You’re going to die.”

As bad as that sounds, I was told it was only stage one and that with chemotherapy and Whipple surgery, I would very likely survive. While in the hospital, I had developed pancreatitis, so before releasing me to go home, they did some additional scans to confirm the infection was gone. It was on one of those scans that they noticed a spot on my liver. By the next week that spot had grown, and there were additional spots. On September 7, my original diagnosis of stage one pancreatic cancer was abruptly changed to a stage four diagnosis.

I was with my husband and my best friend when the doctor gave us the grim news. “You have stage four pancreatic cancer, and there is no cure. All we can do is give you palliative chemotherapy. As of right now we’re giving you one month to three years, but the average survival is eleven months.”

The Bible Study prayer warriors from Church of the Cascades who stood by Valerie through her cancer journey.

My husband and best friend were, of course, crying, but I was sitting there dry-eyed, just processing. The doctor must have interpreted this as shock because she repeated herself in even starker terms: “You did not hear me. You’re going to die.”

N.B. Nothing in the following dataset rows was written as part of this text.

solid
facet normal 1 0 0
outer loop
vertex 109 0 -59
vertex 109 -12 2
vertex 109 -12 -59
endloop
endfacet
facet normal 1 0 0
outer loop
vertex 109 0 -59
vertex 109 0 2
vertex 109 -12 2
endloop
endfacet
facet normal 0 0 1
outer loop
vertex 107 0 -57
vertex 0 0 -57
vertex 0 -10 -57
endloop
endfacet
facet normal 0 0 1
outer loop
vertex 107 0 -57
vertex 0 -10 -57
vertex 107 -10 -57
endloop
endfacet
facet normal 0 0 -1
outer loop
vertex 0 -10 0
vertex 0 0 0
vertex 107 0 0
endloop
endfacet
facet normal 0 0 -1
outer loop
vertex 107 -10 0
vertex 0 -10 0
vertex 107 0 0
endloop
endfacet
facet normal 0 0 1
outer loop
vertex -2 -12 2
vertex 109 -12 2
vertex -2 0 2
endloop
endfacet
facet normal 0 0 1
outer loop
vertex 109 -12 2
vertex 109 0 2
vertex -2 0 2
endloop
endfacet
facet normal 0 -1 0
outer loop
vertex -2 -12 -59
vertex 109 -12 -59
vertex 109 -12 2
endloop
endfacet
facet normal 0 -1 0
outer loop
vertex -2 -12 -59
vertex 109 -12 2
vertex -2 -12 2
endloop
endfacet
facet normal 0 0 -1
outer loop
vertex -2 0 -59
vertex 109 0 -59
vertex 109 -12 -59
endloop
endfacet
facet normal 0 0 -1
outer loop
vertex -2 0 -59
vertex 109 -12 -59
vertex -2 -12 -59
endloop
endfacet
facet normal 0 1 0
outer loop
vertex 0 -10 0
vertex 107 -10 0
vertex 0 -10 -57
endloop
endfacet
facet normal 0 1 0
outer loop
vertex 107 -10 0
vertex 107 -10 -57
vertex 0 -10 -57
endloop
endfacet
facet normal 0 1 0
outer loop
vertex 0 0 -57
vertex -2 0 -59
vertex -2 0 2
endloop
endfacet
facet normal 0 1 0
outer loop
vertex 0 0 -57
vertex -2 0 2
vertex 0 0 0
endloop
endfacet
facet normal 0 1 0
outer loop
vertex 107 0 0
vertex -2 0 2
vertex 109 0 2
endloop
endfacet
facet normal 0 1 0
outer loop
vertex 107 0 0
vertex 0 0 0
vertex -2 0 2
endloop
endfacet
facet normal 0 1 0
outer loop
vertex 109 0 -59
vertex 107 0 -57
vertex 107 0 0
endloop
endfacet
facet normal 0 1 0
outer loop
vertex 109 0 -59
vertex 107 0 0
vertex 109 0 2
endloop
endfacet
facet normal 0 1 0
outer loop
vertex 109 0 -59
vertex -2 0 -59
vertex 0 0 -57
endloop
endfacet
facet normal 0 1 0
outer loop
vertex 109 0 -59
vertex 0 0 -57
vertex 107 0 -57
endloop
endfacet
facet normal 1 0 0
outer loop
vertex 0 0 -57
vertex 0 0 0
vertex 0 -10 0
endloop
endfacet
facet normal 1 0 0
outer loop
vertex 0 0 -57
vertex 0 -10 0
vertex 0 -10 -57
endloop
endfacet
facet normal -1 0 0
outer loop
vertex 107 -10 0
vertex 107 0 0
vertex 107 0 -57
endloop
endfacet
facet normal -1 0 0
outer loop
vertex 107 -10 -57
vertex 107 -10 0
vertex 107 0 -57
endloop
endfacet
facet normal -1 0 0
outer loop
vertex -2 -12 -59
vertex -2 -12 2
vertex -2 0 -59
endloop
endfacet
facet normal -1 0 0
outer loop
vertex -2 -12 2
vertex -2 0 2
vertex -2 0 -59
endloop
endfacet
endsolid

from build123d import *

# Parameters (mm, degrees)
SKETCH_1_W        = 111
SKETCH_1_H        = 61
SKETCH_1_W_2      = 107
SKETCH_1_H_2      = 57
EXTRUDE_1_DEPTH   = 10
SKETCH_3_W        = 111
SKETCH_3_H        = 61
EXTRUDE_1_2_DEPTH = 2


with BuildPart() as part:
    # 草圖1 → Extrude 1 (new body)
    with BuildSketch(Plane(origin=(0, 0, 0), x_dir=(1, 0, 0), z_dir=(0, 1, 0))):
        with Locations((53.5, 28.5)):
            Rectangle(SKETCH_1_W, SKETCH_1_H)
        with Locations((53.5, 28.5)):
            Rectangle(SKETCH_1_W_2, SKETCH_1_H_2, mode=Mode.SUBTRACT)
    extrude(amount=-EXTRUDE_1_DEPTH)

    # 草圖3 → Extrude 1 2 (add)
    with BuildSketch(Plane(origin=(0, -10, 0), x_dir=(-1, 0, 0), z_dir=(0, -1, 0))):
        with Locations((-53.5, 28.5)):
            Rectangle(SKETCH_3_W, SKETCH_3_H)
    extrude(amount=EXTRUDE_1_2_DEPTH)


solid = part.part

Something shifted in me at that moment. All I can say is that I just knew I could trust God. Focusing on the doctor, I said, “I did hear you, but you cannot give me my end date. The only person who can tell me when I’m going die is my Lord.”

I continued my palliative treatments for the remainder of 2022 and into 2023. During that year the support of my faith community was incredible. Groups of ladies from the local Open Bible church, Church of the Cascades, dropped off gift baskets, came to visit to just sit with me or watch a movie, or stopped by to pray.

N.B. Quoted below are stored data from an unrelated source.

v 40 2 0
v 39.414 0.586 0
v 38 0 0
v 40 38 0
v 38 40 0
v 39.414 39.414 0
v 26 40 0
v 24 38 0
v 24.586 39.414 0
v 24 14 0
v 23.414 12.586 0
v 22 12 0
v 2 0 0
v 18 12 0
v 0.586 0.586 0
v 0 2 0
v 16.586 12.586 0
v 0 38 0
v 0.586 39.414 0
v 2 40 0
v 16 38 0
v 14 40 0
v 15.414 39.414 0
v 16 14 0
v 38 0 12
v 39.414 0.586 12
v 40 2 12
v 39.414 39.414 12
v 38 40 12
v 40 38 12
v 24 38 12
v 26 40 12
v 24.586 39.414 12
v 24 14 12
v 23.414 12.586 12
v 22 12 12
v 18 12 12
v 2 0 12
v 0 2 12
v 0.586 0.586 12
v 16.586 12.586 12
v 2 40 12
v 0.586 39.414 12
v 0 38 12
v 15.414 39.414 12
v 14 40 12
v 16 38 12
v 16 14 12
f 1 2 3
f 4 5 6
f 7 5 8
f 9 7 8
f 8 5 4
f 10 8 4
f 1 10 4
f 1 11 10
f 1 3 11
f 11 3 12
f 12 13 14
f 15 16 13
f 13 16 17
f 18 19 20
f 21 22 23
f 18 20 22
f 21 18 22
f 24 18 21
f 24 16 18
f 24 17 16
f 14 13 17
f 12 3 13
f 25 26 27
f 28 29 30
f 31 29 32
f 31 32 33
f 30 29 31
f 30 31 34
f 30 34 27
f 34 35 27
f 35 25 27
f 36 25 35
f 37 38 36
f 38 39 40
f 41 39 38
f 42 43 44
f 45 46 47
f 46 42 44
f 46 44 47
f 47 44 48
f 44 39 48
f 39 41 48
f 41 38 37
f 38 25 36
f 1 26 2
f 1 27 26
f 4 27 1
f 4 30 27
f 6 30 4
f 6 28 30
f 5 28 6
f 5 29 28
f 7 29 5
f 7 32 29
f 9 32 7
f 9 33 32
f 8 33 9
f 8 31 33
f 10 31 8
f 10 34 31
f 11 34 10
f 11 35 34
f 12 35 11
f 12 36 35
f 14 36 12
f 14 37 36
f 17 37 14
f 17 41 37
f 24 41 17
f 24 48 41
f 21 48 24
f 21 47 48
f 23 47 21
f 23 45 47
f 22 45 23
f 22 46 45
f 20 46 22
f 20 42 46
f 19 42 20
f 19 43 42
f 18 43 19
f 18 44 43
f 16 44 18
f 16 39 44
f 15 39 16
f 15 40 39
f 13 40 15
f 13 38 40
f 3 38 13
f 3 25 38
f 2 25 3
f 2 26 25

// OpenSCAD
$fn = 32;

// ----------------------------------------------------------------------
// Eye lug: clevis, 12 mm thick
// ----------------------------------------------------------------------

// --- parameters (mm) ---
profile_height = 12;      // extrusion height
profile_points = 24;      // points of the closed outline

profile = [[0, 2], [0.586, 0.586], [2, 0], [38, 0], [39.414, 0.586], [40, 2], [40, 38], [39.414, 39.414], [38, 40], [26, 40], [24.586, 39.414], [24, 38], [24, 14], [23.414, 12.586], [22, 12], [18, 12], [16.586, 12.586], [16, 14], [16, 38], [15.414, 39.414], [14, 40], [2, 40], [0.586, 39.414], [0, 38]];  // single closed polygon, 24 points, counter clockwise

// --- the one profile operation ---
linear_extrude(height = profile_height) polygon(points = profile);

Their efforts really touched me. The remarkable thing is that my family didn’t even attend Church of the Cascades; we had attended in a previous season but had left for a time. Despite this, the people there were a constant support. It wasn’t long before my husband and I made the decision to return, knowing that this was truly our church home.

It was actually a Church of the Cascades ladies’ retreat that became the pivot point for my cancer story. On a Wednesday night in October 2023, I was praying in preparation for the retreat. I was praying all the things I usually did, “Lord, I trust you, and whatever you want to do with me, just use me.” Only this time, the Lord interrupted me:“Why aren’t you asking for a miracle?”

I didn’t have an answer. I had been saying over and over that I trusted Him, and I was quick to ask for a miracle for others, but I hadn’t articulated that request for myself. That night in bed I laid my hands on my belly, simply saying, “Lord, I’m asking right now for that miracle. Will you remove my cancer? Can I just live?”

The next day I was scheduled to have a CT scan before heading to the ladies’ retreat, but the appointment didn’t go as planned. The technicians were unable to access my veins, so they said we’d have to reschedule. As I climbed into the truck with my husband, I said, “Babe, this isn’t about a canceled CT. I really feel like the Lord is going to heal me this weekend at the retreat and that’s why this is canceled. He’s going to show me proof of His healing during my rescheduled scan after I get back.”

Valerie and her roommates from the pivotal ladies retreat in Oregon.

The retreat was amazing. The last night was saturated in prayer; everyone was praying for everyone. I was being held and prayed for by my friend Sheryl, and for the first time since my initial diagnosis, I cried and cried, finally saying out loud, “I don’t want to die!”

On the final morning of the retreat, a few friends and I decided to take one last picture on the beach. As we were standing by the water, a group of three ladies from another church who were attending the retreat came walking up. I had never met these women, but they wanted to tell me that during the prayer time the previous evening, they had seen light surrounding me.

“You were literally glowing,” they said. My friends responded by telling these women my story, after which all of them prayed for me again. I was in awe at how those women had described the sight of me glowing. Looking back, I often wonder, “Is that the moment, God? Is that the moment when you were healing me?”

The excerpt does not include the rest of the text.